Nasi goreng mbako srintil. |
Lalu dimana tembakaunya? Tembakau yang dipakai dalam masakan ini adalah biji-bijinya. Biji itu ditumbuk halus kemudian dicampurkan dengan bumbu nasi goreng. Soal rasa, kami sempat saling icip pesanan masing-masing. Kalau punya Mbak Sekar, potongan cumi dan udang sukses menutup aroma dan rasa tembakau. Sedangkan kalau nasi goreng mbako srintil, aroma dan rasa tembakaunya masih kuat - menghasilkan perpaduan antara rasa manis, pahit dan pedas. Unik.
***
Temanggung dan Tembakau. Dua kata itu sepertinya memang susah untuk dipisahkan. Terlepas dari fakta bahwa banyak petani tembakau yang mulai beralih menanam kopi dan sayur mayur karena lebih menguntungkan, tapi imej "Negeri Tembakau" rasanya masih akan menempel lama pada kabupaten tersebut.

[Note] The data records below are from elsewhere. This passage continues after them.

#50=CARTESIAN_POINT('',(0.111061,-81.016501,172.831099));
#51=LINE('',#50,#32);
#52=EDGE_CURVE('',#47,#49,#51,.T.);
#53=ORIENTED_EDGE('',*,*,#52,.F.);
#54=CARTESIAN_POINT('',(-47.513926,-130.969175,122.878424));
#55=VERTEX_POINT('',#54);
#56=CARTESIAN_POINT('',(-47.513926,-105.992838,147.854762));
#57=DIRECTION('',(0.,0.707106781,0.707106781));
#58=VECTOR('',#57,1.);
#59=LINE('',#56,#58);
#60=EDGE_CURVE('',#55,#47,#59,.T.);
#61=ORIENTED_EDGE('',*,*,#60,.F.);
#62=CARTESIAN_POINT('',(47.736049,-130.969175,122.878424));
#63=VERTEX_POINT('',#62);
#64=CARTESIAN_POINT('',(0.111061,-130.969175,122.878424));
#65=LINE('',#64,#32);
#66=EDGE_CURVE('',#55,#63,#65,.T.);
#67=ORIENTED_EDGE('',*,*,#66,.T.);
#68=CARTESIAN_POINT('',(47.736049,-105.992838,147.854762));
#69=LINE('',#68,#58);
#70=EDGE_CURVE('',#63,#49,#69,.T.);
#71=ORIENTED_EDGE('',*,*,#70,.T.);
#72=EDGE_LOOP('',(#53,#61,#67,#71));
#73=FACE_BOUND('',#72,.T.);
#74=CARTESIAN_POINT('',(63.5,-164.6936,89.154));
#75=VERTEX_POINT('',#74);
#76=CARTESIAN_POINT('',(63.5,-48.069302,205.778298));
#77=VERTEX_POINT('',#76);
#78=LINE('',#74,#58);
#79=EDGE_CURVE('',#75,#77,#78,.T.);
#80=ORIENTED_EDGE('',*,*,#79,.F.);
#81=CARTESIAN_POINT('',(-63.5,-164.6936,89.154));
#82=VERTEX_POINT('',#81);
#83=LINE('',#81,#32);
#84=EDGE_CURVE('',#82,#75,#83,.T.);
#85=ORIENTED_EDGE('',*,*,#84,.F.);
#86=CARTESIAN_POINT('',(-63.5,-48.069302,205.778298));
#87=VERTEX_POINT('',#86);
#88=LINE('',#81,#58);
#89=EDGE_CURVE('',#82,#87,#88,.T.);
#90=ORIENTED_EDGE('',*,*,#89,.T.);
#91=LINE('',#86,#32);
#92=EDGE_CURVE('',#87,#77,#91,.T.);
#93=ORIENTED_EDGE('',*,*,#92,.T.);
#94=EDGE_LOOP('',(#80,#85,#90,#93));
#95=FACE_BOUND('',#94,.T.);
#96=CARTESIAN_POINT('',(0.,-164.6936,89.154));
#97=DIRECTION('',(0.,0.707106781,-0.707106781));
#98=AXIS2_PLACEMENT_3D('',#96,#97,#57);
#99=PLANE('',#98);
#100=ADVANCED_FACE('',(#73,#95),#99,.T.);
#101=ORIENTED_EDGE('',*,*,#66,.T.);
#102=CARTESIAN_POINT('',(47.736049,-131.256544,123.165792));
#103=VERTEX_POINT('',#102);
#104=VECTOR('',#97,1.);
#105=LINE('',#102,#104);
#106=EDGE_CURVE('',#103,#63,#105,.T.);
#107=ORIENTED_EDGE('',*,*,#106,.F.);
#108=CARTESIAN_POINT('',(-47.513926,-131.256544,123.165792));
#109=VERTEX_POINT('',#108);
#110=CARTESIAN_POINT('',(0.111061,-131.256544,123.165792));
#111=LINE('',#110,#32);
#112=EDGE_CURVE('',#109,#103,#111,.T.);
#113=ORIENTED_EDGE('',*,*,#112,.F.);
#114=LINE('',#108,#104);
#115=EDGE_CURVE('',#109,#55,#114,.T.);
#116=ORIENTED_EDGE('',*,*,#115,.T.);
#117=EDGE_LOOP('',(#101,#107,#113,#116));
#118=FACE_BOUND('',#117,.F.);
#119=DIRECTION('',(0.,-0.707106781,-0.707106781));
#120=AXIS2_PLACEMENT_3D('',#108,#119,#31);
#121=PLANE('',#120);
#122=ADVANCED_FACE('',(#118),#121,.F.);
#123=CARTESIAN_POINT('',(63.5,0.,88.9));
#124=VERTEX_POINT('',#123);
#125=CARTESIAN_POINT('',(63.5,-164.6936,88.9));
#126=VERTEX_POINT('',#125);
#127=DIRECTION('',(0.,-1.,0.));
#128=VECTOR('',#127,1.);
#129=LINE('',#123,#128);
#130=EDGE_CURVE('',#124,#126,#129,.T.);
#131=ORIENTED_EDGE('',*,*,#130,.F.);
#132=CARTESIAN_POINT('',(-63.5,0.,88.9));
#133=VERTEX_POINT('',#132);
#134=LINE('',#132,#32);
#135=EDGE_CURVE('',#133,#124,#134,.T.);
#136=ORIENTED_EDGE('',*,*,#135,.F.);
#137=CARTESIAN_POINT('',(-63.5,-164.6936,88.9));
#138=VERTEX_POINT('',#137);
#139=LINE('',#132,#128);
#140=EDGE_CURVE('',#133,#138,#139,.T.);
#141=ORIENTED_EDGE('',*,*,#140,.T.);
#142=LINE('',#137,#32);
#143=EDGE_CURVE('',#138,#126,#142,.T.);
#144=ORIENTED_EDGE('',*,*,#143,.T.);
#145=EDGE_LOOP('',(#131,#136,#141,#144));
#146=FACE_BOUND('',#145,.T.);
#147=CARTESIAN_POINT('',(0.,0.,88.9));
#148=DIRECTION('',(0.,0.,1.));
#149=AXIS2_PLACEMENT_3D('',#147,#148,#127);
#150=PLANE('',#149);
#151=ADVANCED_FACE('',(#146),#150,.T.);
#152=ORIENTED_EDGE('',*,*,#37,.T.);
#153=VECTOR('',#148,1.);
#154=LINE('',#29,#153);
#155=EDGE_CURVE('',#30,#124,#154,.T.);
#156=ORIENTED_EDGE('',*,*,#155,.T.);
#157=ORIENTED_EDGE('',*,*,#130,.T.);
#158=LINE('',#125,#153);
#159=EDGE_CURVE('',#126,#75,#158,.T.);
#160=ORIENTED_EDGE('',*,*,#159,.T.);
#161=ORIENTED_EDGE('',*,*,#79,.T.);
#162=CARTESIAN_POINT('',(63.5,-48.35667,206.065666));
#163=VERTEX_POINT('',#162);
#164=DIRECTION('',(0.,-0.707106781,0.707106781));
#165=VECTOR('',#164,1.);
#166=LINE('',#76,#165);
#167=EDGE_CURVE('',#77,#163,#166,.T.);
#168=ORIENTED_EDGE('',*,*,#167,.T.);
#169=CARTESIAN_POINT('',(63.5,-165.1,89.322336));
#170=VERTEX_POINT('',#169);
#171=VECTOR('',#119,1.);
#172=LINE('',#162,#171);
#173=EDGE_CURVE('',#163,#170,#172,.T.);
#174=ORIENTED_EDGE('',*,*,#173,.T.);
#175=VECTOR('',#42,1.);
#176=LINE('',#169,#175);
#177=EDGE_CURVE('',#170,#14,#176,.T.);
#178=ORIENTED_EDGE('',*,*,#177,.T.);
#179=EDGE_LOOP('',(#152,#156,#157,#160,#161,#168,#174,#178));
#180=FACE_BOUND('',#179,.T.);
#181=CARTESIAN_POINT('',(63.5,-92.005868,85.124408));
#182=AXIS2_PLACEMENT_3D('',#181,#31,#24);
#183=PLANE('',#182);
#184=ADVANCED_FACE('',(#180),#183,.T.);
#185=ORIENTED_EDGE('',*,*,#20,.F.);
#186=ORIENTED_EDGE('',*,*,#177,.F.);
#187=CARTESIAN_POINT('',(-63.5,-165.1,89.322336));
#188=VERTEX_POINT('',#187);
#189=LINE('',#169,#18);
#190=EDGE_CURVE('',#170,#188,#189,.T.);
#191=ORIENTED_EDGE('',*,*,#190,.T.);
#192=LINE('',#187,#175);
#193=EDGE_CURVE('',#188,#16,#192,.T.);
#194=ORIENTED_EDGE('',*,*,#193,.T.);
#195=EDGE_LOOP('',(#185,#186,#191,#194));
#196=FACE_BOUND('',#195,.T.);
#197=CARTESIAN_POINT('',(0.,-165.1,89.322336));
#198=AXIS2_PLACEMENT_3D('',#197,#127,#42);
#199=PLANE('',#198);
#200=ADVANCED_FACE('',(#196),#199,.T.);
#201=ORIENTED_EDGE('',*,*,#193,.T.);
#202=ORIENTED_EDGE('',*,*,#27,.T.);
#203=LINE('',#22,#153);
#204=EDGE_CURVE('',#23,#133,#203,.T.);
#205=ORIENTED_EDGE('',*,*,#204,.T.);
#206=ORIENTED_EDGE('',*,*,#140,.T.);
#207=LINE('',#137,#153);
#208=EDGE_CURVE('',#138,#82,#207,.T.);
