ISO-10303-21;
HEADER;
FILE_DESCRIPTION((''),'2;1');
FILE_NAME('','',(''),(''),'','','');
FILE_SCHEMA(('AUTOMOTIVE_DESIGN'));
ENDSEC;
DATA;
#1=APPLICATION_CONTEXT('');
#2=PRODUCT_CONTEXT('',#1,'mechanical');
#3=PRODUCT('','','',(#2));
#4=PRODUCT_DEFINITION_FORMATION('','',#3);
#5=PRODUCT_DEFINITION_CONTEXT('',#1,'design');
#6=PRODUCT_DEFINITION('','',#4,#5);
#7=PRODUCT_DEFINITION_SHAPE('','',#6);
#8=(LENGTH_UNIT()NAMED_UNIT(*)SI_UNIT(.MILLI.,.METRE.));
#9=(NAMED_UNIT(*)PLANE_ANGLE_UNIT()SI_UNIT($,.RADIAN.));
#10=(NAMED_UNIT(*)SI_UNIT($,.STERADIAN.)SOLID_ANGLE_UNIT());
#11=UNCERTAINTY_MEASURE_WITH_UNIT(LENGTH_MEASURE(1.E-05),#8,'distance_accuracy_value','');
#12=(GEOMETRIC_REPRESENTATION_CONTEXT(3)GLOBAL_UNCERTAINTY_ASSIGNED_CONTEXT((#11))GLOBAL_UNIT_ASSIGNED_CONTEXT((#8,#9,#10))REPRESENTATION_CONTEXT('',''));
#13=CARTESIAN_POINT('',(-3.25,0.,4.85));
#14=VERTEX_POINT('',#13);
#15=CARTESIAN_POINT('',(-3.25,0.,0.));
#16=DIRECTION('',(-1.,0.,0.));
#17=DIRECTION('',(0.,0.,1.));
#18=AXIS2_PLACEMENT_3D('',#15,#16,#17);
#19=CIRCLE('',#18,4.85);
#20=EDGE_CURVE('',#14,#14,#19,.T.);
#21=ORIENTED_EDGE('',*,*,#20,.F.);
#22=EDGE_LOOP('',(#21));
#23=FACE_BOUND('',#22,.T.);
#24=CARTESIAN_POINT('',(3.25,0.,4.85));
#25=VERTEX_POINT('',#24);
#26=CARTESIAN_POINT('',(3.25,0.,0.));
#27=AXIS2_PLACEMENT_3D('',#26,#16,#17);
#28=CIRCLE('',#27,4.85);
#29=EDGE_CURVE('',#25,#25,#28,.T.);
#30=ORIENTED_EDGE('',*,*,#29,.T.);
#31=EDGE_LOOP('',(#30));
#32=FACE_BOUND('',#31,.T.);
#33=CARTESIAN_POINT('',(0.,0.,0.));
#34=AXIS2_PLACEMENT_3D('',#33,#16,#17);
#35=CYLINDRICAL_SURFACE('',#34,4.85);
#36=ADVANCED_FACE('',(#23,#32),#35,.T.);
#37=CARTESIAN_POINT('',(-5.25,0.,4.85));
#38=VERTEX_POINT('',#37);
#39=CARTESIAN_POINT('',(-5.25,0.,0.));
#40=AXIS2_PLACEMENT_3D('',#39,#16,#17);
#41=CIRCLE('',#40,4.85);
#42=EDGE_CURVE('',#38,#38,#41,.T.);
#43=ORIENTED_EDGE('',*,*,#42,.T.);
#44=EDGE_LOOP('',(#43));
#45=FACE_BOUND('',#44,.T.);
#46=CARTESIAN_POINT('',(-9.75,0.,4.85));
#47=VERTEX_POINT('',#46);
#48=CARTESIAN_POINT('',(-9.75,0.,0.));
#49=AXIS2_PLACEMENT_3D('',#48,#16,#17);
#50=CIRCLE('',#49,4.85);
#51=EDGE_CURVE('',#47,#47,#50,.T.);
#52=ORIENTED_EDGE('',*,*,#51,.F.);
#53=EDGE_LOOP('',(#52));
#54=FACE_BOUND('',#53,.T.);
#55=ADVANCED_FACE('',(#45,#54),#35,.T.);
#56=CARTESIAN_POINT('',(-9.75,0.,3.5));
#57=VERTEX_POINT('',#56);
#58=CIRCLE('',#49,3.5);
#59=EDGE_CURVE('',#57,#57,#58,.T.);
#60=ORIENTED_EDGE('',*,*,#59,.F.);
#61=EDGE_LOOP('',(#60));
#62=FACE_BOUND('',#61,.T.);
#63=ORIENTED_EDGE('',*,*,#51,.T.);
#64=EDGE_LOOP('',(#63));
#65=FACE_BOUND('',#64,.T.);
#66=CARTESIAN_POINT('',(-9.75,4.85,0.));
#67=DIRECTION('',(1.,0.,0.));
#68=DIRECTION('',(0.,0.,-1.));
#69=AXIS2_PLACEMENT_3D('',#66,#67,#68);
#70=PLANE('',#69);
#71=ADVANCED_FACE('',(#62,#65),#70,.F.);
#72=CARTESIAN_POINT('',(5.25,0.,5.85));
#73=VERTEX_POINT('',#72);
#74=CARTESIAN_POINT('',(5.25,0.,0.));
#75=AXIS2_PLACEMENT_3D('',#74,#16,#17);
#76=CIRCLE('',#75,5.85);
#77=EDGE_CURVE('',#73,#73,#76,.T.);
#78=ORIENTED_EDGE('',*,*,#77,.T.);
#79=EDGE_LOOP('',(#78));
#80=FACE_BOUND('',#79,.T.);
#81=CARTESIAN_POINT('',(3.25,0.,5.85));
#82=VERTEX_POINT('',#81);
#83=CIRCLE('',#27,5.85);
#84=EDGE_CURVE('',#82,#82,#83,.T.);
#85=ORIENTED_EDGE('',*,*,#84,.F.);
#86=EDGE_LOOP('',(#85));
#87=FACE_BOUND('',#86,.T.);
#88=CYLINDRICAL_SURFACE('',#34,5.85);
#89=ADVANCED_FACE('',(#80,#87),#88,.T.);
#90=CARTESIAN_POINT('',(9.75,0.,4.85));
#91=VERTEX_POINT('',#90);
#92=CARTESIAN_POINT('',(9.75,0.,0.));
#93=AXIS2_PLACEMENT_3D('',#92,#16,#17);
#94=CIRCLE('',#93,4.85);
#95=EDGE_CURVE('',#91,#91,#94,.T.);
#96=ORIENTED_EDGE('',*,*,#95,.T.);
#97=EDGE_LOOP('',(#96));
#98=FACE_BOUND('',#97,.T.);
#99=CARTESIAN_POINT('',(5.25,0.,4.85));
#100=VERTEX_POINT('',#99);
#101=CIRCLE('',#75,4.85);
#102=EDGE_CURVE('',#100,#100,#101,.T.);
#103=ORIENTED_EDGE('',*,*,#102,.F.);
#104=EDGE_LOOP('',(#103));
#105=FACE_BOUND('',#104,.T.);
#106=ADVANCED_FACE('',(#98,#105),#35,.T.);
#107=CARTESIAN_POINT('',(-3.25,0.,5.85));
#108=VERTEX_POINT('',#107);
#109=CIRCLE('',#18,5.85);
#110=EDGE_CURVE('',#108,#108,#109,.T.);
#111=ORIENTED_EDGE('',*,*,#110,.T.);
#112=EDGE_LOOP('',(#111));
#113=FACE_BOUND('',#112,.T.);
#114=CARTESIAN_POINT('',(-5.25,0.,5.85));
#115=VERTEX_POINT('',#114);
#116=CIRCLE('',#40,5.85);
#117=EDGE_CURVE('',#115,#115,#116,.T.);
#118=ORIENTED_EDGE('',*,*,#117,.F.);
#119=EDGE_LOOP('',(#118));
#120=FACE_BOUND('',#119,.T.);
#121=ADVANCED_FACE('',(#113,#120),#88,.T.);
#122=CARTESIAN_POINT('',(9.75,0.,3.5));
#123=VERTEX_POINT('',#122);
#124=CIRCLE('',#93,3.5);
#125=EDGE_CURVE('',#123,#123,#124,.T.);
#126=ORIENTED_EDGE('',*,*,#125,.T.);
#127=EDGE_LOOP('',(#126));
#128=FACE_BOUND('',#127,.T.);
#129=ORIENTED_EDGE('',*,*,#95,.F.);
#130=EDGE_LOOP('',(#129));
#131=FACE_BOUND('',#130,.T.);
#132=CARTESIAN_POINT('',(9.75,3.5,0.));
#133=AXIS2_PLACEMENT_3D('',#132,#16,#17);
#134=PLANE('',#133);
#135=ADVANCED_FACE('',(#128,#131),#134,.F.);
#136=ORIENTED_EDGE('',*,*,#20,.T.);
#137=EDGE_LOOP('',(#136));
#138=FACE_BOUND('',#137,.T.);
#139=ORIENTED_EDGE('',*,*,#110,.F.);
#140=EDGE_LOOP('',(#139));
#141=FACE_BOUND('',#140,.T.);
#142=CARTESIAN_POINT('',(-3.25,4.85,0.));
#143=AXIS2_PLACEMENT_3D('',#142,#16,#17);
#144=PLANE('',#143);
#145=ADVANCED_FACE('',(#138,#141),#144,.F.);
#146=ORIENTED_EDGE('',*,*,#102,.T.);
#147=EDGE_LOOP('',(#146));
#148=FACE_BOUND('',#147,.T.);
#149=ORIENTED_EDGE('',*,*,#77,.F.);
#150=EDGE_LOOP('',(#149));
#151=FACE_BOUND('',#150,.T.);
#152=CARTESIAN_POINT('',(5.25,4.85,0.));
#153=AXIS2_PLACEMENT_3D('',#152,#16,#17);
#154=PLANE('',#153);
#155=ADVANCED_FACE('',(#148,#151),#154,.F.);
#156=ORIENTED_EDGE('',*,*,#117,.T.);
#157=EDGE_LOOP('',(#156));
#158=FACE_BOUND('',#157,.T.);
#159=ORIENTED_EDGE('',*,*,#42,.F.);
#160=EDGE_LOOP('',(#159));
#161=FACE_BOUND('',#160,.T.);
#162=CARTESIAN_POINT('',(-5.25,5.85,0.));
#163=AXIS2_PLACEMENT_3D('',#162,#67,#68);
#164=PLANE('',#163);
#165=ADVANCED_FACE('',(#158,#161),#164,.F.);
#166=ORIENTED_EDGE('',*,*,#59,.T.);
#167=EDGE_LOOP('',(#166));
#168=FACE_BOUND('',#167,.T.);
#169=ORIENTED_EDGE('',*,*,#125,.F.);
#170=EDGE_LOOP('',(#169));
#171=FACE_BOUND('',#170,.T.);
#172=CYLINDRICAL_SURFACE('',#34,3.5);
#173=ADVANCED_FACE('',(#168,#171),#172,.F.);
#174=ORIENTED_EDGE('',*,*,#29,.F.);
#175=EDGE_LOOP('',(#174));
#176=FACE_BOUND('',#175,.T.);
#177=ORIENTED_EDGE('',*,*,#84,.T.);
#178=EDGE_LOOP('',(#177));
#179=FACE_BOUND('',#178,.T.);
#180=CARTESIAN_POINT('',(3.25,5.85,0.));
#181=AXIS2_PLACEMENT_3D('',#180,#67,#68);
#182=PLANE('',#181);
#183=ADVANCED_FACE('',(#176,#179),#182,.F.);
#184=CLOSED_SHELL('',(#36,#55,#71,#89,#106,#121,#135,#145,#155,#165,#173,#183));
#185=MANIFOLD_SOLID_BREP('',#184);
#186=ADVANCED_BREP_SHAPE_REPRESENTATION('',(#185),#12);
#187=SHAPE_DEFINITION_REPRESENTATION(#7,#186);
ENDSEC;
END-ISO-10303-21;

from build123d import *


with BuildPart() as part:
    # Skica1 → Rotovat1 (revolve)
    with BuildSketch(Plane.XY):
        Polygon((0, 3.5), (9.75, 3.5), (9.75, 4.85), (5.25, 4.85), (5.25, 5.85), (3.25, 5.85), (3.25, 4.85), (-3.25, 4.85), (-3.25, 5.85), (-5.25, 5.85), (-5.25, 4.85), (-9.75, 4.85), (-9.75, 3.5), align=None)
    revolve(axis=Axis((0, 0, 0), (1, 0, 0)))


solid = part.part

Bagi yang bukan seorang perokok seperti saya, perkenalan dengan Tembakau mungkin bisa dilakukan dengan cara lain lewat melakukan kunjungan ke Temanggung. Keindahan ladang tembakau itu tak terbantahkan, belum nasi goreng mbako yang rasanya sungguh nano-nano. Perjalanan kemarin adalah salah satu perjalanan favorit saya.
COST:
1. Tiket masuk Wisata Alam Posong: Rp 10.000,00 per orang.
2. Nasi Goreng Mbako Srintil: Rp 17.500,00 per porsi.